The gut–brain axis is increasingly recognized as a bidirectional communication between these two organs and their associated systems. New research published in Cell provides more information on neural control of gastrointestinal physiology, identifying distinct neurons signalling from the gut to the brain: one type detecting nutrients in the intestine, the other type acting as a mechanosensor detecting stretch in the stomach and intestinal muscle.

GPR65 neuron in an intestinal villus courtesy of E. K. Williams and S. D. Liberles. Credit: Laura Marshall/NPG

Vagal sensory neurons have a key role in gastrointestinal physiology in the detection of, among others, gut hormones, nutrients and distension to control digestive function. “The vagus nerve is a fascinating structure that serves as a major conduit between body and brain, controlling several major organ systems, and detecting many vital stimuli — from nutrients in the gastrointestinal tract to stretch of the lungs to changes in blood pressure,” explains author Stephen Liberles, Harvard Medical School, USA. “How the vagus nerve detects any of these stimuli is unknown at a molecular level, presenting tremendously important problems in sensory biology and medicine.”

The researchers used molecular, imaging and genetic approaches (including optogenetics) to try to deconstruct the sensory system in the gut and provide a more comprehensive analysis of sensory neuron physiology. Experiments focused on in vivo evidence from various mouse models, in particular using knock-in mice to examine the role of neurons that express one of two receptors — GLP1R (Glucagon-like peptide 1 receptor) and GPR65 — in response to sensory inputs during digestion.
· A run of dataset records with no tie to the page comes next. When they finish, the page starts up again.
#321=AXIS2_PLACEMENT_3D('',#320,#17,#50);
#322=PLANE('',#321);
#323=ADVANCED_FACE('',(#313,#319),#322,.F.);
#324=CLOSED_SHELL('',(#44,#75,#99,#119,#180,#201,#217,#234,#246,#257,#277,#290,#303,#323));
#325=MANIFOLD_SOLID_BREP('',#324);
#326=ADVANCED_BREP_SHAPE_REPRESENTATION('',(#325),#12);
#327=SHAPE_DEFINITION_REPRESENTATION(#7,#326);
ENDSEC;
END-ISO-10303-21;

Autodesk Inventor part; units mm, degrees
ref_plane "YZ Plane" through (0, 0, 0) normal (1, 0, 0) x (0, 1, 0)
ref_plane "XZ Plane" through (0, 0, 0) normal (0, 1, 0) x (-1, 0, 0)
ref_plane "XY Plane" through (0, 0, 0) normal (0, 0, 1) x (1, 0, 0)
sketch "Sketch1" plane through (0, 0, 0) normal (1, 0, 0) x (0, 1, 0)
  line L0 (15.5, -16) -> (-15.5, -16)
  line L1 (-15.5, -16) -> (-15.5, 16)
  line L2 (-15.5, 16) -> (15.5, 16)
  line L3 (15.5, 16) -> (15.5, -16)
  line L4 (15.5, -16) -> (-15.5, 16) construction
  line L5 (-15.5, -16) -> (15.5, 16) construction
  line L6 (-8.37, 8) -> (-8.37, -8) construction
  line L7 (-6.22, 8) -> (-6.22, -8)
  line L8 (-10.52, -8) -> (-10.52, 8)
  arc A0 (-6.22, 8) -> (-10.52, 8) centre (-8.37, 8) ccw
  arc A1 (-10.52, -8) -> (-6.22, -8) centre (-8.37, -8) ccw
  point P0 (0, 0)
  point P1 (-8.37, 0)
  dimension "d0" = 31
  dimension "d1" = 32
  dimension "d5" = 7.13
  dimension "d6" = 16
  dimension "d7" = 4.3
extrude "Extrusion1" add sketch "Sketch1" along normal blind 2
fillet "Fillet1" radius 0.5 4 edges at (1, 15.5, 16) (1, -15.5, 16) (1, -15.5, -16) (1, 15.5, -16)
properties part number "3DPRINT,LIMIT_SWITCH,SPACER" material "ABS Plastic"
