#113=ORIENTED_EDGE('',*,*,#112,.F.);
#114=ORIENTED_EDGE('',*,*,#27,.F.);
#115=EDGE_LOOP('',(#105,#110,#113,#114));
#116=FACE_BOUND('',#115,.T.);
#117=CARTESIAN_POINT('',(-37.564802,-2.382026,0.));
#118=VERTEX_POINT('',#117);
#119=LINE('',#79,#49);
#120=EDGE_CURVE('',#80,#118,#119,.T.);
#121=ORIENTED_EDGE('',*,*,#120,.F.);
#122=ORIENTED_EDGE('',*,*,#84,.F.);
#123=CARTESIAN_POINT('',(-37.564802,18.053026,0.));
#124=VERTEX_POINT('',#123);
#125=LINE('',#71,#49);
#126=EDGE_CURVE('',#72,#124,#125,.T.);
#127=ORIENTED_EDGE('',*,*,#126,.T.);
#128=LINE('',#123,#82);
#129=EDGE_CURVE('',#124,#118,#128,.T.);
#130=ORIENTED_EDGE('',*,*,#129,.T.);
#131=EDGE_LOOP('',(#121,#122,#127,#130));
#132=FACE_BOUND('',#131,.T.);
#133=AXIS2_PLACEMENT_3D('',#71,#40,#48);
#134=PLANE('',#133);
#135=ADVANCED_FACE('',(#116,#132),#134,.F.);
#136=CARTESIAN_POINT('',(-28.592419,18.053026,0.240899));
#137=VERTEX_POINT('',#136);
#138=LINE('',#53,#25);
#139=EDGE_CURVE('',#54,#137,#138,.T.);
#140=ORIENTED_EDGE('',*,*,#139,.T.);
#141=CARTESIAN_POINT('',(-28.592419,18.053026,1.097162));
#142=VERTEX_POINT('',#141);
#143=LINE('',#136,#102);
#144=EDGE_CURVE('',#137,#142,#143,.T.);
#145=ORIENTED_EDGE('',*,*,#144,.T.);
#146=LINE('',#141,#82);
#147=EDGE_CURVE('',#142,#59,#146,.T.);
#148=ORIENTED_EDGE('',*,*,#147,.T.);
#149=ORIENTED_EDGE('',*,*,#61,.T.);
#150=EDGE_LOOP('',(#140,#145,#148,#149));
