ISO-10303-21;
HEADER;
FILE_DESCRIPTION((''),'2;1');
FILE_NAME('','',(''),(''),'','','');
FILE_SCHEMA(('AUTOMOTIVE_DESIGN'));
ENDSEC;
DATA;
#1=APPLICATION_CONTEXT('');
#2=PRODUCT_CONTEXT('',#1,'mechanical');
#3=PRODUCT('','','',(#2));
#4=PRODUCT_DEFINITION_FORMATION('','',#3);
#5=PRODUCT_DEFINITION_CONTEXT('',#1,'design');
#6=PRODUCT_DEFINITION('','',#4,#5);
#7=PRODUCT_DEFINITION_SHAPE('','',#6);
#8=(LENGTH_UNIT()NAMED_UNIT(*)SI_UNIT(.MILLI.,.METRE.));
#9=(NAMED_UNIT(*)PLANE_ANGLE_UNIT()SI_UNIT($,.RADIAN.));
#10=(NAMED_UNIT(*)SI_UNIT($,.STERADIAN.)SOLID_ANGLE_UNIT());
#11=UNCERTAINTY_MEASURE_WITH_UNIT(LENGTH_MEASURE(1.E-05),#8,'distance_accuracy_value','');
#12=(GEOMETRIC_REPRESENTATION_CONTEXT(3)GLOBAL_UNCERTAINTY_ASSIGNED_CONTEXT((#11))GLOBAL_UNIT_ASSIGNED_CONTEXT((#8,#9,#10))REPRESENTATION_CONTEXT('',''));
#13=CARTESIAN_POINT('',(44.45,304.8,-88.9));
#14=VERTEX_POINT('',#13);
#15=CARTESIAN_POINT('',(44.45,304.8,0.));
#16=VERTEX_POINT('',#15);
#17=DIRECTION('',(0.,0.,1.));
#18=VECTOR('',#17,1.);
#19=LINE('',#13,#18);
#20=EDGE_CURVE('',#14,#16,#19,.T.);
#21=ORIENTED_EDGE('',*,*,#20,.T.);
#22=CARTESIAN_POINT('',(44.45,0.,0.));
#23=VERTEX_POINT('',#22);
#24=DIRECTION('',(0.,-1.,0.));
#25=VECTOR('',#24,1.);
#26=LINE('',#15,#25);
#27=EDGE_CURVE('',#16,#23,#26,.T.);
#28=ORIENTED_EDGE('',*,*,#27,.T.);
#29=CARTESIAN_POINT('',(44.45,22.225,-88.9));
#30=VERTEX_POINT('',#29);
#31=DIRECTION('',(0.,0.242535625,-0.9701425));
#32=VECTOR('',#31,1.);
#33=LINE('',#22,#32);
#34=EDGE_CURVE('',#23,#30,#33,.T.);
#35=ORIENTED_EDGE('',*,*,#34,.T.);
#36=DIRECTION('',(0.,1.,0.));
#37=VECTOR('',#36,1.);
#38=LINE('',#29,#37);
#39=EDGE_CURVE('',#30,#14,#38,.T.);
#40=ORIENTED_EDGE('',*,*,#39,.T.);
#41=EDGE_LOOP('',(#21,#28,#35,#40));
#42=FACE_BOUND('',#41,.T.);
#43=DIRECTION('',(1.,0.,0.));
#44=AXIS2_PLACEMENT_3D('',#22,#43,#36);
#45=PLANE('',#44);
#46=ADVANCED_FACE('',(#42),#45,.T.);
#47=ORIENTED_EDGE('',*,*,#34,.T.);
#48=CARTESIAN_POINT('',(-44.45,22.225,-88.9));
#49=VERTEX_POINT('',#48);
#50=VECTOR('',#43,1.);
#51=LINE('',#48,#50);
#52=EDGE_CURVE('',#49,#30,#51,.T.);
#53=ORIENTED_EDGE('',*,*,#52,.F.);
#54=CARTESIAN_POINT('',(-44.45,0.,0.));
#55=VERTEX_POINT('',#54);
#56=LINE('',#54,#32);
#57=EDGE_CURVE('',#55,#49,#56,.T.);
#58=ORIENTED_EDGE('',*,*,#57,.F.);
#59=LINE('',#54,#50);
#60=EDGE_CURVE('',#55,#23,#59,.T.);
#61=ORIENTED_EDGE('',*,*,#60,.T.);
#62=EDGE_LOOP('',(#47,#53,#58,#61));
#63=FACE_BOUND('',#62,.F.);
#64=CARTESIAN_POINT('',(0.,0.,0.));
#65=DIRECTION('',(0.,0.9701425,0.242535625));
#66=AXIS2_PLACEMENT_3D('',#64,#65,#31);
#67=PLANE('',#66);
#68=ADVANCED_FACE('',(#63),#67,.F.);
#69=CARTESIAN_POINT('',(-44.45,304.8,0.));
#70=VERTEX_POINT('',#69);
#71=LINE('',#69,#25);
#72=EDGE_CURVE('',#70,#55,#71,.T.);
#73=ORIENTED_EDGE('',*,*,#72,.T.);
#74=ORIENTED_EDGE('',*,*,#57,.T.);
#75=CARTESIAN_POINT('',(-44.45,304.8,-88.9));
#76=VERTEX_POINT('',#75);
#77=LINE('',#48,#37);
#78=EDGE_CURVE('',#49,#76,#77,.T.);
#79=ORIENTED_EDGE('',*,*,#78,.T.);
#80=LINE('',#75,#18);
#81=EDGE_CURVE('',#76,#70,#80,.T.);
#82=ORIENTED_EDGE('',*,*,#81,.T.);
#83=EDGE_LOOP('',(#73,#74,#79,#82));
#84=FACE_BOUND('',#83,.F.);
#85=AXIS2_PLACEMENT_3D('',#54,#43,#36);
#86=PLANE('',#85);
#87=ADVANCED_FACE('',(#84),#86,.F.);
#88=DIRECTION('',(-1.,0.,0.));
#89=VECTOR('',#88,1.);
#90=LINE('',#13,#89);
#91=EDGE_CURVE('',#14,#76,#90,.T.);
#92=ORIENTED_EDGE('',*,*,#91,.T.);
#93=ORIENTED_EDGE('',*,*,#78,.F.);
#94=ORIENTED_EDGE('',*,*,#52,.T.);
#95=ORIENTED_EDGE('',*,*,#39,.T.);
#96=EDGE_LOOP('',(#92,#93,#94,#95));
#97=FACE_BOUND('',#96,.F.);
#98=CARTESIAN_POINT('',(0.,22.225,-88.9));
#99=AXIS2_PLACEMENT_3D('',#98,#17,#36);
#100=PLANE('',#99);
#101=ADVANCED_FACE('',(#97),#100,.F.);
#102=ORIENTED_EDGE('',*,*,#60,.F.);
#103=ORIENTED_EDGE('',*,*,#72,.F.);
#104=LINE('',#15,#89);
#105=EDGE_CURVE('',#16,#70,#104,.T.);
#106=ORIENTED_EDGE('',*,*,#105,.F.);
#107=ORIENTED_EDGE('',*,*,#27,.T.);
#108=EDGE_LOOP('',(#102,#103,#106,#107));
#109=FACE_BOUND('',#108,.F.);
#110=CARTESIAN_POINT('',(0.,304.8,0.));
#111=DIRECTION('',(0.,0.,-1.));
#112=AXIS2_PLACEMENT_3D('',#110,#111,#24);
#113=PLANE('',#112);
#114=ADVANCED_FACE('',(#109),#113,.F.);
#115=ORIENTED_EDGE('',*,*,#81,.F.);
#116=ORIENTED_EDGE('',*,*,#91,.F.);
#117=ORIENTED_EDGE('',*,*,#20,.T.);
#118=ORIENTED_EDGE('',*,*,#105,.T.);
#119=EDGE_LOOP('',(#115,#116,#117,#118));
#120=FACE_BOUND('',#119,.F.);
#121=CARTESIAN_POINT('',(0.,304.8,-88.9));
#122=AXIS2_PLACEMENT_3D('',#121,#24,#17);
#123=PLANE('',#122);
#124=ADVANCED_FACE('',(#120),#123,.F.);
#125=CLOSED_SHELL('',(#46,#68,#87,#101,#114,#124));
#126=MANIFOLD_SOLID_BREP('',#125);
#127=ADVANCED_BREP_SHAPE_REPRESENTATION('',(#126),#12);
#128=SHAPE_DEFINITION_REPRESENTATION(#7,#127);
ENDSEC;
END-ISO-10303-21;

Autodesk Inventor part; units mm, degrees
ref_plane "YZ Plane" through (0, 0, 0) normal (1, 0, 0) x (0, 1, 0)
ref_plane "XZ Plane" through (0, 0, 0) normal (0, 1, 0) x (-1, 0, 0)
ref_plane "XY Plane" through (0, 0, 0) normal (0, 0, 1) x (1, 0, 0)
sketch "Sketch1" plane through (0, 0, 0) normal (1, 0, 0) x (0, 1, 0)
  line L0 (0, 0) -> (22.225, -88.9)
  line L1 (22.225, -88.9) -> (304.8, -88.9)
  line L2 (304.8, -88.9) -> (304.8, 0)
  line L3 (304.8, 0) -> (0, 0)
  line L4 (0, 0) -> (0, -88.9) construction
  dimension "width" = 88.9
  dimension "roofAngle" = 14.036
  dimension "height" = 304.8
extrude "Extrusion1" add sketch "Sketch1" along normal mid plane 88.9
equation "\"d3\" = width"
properties part number "4x4x12-post" material "Wood (Birch)"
Liberles and colleagues first focused on in vivo calcium imaging of single neuron responses to various stimuli, including stretch (in the stomach, intestine and lungs) and nutrients (in the small intestine). They found that individual vagal sensory neurons had specific response properties depending on the stimuli. Moreover, in terms of position, sensory neurons had no apparent spatial clustering based on response properties and were intermingled throughout vagal ganglia.

...individual vagal sensory neurons had specific response properties depending on the stimuli

Surprisingly, vagal GLP1R neurons were found to act as gastrointestinal mechanoreceptors despite their presumed role in nutrient sensing. These neurons accounted for most neurons responsive to gastric distention (81%) and intestinal distention (67.7%); nutrient responses occurred predominantly in GLP1R-negative neurons. Further experiments mapped neuron anatomy and revealed that the GLP1R neurons densly innervated stomach muscle, forming intraganglionic laminar endings.
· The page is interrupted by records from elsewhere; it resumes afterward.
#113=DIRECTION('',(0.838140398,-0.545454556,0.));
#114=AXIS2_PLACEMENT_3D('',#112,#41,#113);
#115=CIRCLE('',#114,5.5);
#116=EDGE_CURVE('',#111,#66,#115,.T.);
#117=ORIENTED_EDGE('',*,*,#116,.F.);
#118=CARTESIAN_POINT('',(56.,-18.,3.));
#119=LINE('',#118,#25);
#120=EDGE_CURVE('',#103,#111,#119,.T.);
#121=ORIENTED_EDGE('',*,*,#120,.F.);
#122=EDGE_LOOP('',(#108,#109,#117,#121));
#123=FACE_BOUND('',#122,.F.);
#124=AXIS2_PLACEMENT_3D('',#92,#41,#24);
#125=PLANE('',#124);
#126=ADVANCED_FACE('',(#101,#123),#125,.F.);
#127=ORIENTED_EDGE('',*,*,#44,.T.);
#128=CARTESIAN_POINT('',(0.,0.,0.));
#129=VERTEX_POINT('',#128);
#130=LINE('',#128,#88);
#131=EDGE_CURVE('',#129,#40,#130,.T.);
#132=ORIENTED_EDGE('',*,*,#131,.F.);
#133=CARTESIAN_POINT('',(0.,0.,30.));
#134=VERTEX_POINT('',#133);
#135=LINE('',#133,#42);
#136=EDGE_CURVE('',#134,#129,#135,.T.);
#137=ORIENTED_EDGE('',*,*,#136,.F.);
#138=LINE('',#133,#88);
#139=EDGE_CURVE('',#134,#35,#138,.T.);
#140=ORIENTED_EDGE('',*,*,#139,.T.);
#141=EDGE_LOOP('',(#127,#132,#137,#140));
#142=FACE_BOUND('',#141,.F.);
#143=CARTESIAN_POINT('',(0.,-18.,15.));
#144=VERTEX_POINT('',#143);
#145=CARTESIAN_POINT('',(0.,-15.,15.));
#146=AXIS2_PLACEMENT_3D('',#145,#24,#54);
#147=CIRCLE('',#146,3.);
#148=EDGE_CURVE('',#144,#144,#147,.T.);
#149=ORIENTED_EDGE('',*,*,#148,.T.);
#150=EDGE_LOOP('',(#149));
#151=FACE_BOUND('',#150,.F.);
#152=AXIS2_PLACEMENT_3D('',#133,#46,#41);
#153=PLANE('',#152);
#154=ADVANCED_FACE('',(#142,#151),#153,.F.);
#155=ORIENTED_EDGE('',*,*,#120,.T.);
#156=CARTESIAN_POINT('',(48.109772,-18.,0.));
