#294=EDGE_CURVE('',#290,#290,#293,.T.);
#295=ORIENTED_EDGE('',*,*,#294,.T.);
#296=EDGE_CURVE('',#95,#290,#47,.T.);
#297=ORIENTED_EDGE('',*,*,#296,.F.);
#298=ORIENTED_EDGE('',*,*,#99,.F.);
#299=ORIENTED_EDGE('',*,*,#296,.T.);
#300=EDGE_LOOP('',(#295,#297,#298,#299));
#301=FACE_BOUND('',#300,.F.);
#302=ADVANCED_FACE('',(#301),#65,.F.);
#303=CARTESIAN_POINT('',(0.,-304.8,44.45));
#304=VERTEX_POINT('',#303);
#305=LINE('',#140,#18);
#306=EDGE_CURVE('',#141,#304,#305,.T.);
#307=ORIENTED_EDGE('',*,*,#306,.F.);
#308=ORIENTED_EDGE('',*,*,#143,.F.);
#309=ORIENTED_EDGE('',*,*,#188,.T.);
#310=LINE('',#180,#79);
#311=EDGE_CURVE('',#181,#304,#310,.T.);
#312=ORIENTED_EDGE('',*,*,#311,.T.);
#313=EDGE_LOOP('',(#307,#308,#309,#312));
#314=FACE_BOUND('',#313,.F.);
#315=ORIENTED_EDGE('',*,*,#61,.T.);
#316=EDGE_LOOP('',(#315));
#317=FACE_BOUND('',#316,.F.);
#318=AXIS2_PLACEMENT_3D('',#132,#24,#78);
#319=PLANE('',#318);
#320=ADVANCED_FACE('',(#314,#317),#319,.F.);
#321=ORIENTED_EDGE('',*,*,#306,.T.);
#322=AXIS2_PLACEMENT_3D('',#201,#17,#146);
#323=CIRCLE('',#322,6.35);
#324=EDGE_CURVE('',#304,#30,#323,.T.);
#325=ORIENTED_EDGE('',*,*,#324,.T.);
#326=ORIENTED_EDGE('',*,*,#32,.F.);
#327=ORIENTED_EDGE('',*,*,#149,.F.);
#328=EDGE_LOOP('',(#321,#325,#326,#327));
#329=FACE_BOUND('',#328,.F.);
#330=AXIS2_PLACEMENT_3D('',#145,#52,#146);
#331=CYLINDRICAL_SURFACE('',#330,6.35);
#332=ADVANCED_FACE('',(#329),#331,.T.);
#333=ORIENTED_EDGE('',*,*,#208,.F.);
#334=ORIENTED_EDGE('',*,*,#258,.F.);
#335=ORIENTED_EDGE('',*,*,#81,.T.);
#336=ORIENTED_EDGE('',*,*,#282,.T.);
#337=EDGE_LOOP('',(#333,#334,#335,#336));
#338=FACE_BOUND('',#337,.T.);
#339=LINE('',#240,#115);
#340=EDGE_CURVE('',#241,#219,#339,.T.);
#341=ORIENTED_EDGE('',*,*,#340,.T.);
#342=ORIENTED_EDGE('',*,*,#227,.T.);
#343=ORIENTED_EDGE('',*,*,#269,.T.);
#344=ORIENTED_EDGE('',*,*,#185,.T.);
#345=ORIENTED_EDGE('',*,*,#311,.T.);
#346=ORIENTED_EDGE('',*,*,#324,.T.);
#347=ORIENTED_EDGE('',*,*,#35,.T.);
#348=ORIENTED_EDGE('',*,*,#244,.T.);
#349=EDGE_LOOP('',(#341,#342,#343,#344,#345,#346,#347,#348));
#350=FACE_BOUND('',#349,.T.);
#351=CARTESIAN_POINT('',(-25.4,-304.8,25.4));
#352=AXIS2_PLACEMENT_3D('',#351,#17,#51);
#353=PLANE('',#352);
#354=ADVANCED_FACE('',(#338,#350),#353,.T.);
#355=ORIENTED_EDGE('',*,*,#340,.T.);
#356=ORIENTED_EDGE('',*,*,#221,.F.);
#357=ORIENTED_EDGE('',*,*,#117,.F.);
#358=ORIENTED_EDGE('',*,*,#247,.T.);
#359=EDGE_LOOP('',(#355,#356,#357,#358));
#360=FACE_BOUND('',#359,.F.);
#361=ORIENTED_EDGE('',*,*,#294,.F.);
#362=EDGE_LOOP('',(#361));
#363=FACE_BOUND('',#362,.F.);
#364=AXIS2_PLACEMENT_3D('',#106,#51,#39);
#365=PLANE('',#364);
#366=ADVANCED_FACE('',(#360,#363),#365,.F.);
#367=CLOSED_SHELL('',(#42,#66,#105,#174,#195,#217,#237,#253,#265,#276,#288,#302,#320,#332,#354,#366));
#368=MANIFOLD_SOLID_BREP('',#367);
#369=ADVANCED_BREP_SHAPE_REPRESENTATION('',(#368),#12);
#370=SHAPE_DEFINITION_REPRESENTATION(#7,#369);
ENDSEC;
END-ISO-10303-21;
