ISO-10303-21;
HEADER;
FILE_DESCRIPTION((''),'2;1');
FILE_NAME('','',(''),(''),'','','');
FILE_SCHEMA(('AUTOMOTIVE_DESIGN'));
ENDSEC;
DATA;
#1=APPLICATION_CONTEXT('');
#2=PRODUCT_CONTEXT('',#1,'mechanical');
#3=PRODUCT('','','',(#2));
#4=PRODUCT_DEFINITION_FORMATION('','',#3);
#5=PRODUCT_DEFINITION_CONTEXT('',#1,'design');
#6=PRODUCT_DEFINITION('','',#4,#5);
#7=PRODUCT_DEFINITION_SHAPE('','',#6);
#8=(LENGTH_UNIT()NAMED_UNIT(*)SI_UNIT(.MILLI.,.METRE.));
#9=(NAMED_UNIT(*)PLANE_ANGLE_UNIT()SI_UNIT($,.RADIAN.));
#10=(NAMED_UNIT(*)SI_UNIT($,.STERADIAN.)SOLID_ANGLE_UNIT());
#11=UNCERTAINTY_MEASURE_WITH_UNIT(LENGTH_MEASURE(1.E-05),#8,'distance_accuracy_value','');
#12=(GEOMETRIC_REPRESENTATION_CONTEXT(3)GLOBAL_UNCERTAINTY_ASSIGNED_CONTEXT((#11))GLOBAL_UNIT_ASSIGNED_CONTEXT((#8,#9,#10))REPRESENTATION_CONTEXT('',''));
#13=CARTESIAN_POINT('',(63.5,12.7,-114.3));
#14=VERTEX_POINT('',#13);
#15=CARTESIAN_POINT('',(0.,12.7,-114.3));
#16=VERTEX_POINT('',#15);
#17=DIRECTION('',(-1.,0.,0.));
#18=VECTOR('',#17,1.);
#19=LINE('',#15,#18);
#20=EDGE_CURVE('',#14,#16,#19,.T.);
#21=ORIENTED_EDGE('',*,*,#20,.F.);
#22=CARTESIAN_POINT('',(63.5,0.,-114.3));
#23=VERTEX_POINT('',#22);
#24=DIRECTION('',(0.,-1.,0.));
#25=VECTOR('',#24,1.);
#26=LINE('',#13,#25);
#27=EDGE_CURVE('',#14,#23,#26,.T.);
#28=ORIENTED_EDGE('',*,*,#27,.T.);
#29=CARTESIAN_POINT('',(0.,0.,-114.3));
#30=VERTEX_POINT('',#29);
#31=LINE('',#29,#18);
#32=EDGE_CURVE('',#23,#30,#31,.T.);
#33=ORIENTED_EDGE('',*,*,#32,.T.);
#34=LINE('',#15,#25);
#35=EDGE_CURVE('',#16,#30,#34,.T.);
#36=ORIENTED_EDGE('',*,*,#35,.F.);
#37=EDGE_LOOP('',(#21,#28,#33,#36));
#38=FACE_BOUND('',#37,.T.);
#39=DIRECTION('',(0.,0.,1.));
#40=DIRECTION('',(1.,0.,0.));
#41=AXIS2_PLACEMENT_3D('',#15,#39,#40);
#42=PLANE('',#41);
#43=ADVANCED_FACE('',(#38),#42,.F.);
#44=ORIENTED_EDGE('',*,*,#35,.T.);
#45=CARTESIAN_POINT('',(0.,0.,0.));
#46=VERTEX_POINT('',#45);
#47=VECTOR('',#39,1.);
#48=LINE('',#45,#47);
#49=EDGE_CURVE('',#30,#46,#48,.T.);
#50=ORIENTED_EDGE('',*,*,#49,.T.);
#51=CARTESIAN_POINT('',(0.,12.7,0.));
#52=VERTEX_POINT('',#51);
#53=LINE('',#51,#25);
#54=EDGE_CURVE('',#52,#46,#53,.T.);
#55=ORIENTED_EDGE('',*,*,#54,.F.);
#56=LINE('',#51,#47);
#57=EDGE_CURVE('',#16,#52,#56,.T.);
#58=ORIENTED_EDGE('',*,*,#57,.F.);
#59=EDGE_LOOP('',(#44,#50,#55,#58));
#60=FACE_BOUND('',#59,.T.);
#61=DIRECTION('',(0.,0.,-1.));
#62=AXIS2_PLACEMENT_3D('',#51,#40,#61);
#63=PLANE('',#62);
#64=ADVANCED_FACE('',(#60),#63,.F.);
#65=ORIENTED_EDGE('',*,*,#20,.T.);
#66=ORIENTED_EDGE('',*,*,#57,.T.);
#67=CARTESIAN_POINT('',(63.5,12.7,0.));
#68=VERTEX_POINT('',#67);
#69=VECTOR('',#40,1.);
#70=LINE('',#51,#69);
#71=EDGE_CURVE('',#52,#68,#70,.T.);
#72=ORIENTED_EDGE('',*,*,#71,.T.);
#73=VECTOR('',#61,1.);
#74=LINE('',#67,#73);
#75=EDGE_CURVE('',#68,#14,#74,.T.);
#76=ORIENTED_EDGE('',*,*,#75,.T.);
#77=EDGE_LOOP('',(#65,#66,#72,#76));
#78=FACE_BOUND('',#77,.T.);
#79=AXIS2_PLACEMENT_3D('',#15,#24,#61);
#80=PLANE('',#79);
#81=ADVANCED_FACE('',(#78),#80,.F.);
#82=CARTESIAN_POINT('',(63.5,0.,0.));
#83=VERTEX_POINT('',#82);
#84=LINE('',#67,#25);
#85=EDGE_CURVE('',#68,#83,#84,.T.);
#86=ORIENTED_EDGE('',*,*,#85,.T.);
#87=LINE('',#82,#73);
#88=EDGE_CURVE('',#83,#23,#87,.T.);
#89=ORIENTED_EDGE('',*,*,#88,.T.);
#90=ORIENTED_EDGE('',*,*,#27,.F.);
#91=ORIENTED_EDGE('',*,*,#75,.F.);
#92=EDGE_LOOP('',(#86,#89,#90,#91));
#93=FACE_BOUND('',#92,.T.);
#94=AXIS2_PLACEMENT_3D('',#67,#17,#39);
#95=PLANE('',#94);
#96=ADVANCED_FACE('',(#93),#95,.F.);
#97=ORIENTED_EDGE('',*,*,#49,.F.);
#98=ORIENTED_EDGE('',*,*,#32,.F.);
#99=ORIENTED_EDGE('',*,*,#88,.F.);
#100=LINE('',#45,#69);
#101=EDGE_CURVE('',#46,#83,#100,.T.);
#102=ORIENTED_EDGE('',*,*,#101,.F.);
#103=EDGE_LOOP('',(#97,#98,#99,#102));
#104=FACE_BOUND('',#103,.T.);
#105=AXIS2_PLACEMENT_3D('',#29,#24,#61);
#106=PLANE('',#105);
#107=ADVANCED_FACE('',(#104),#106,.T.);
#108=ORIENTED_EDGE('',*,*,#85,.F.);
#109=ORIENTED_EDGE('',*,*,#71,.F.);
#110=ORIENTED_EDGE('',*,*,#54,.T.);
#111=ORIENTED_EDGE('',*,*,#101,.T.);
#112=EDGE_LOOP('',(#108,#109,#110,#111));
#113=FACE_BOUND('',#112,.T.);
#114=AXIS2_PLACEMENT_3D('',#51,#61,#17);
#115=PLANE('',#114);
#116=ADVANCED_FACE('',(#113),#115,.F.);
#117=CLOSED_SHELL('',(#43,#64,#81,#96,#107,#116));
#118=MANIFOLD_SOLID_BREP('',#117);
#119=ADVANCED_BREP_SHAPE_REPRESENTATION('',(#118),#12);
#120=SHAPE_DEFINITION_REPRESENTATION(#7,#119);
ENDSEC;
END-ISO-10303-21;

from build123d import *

# Parameters (mm, degrees)
SKETCH1_W      = 63.5
SKETCH1_H      = 114.3
EXTRUDE1_DEPTH = 12.7


with BuildPart() as part:
    # Sketch1 → Extrude1 (new body)
    with BuildSketch(Plane(origin=(0, 0, 0), x_dir=(1, 0, 0), z_dir=(0, 1, 0))):
        with Locations((31.75, 57.15)):
            Rectangle(SKETCH1_W, SKETCH1_H)
    extrude(amount=EXTRUDE1_DEPTH)


solid = part.part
Interestingly, most neurons innervating intestinal villi were GLP1R-negative and so optogenetic control of gut motility was used to try to identify these neurons. These experiments indicated that GPR65 neurons receive inputs from the gastrointestinal tract. Indeed, the vagal GPR65 neurons were mapped to the duodenal villi, accounting for 57.4% of vagal innervation in the duodenum. These GPR65 neurons were shown to detect serotonin (a key neurotransmitter) in vitro and accounted for most of the neurons (66%) responsive to nutrients, acting as chemoreceptors.

Finally, GLP1R and GPR65 neurons were found to segregate to topographically distinct regions of the posterior nucleus of the solitary tract (NTS) in the brain, suggesting that they potentially engage different neural circuits. Vagal GLP1R neurons targeted the medial NTS subnucleus, whereas GPR65 neurons projected to the NTS commissural zone.

The investigators are now planning further work to examine sensory transduction mechanisms of vagal afferents to determine the key sensory receptors and signalling pathways involved in sensing gastrointestinal inputs, as well as examining the role of GPR65 in modulating nutrient responses in health and disease.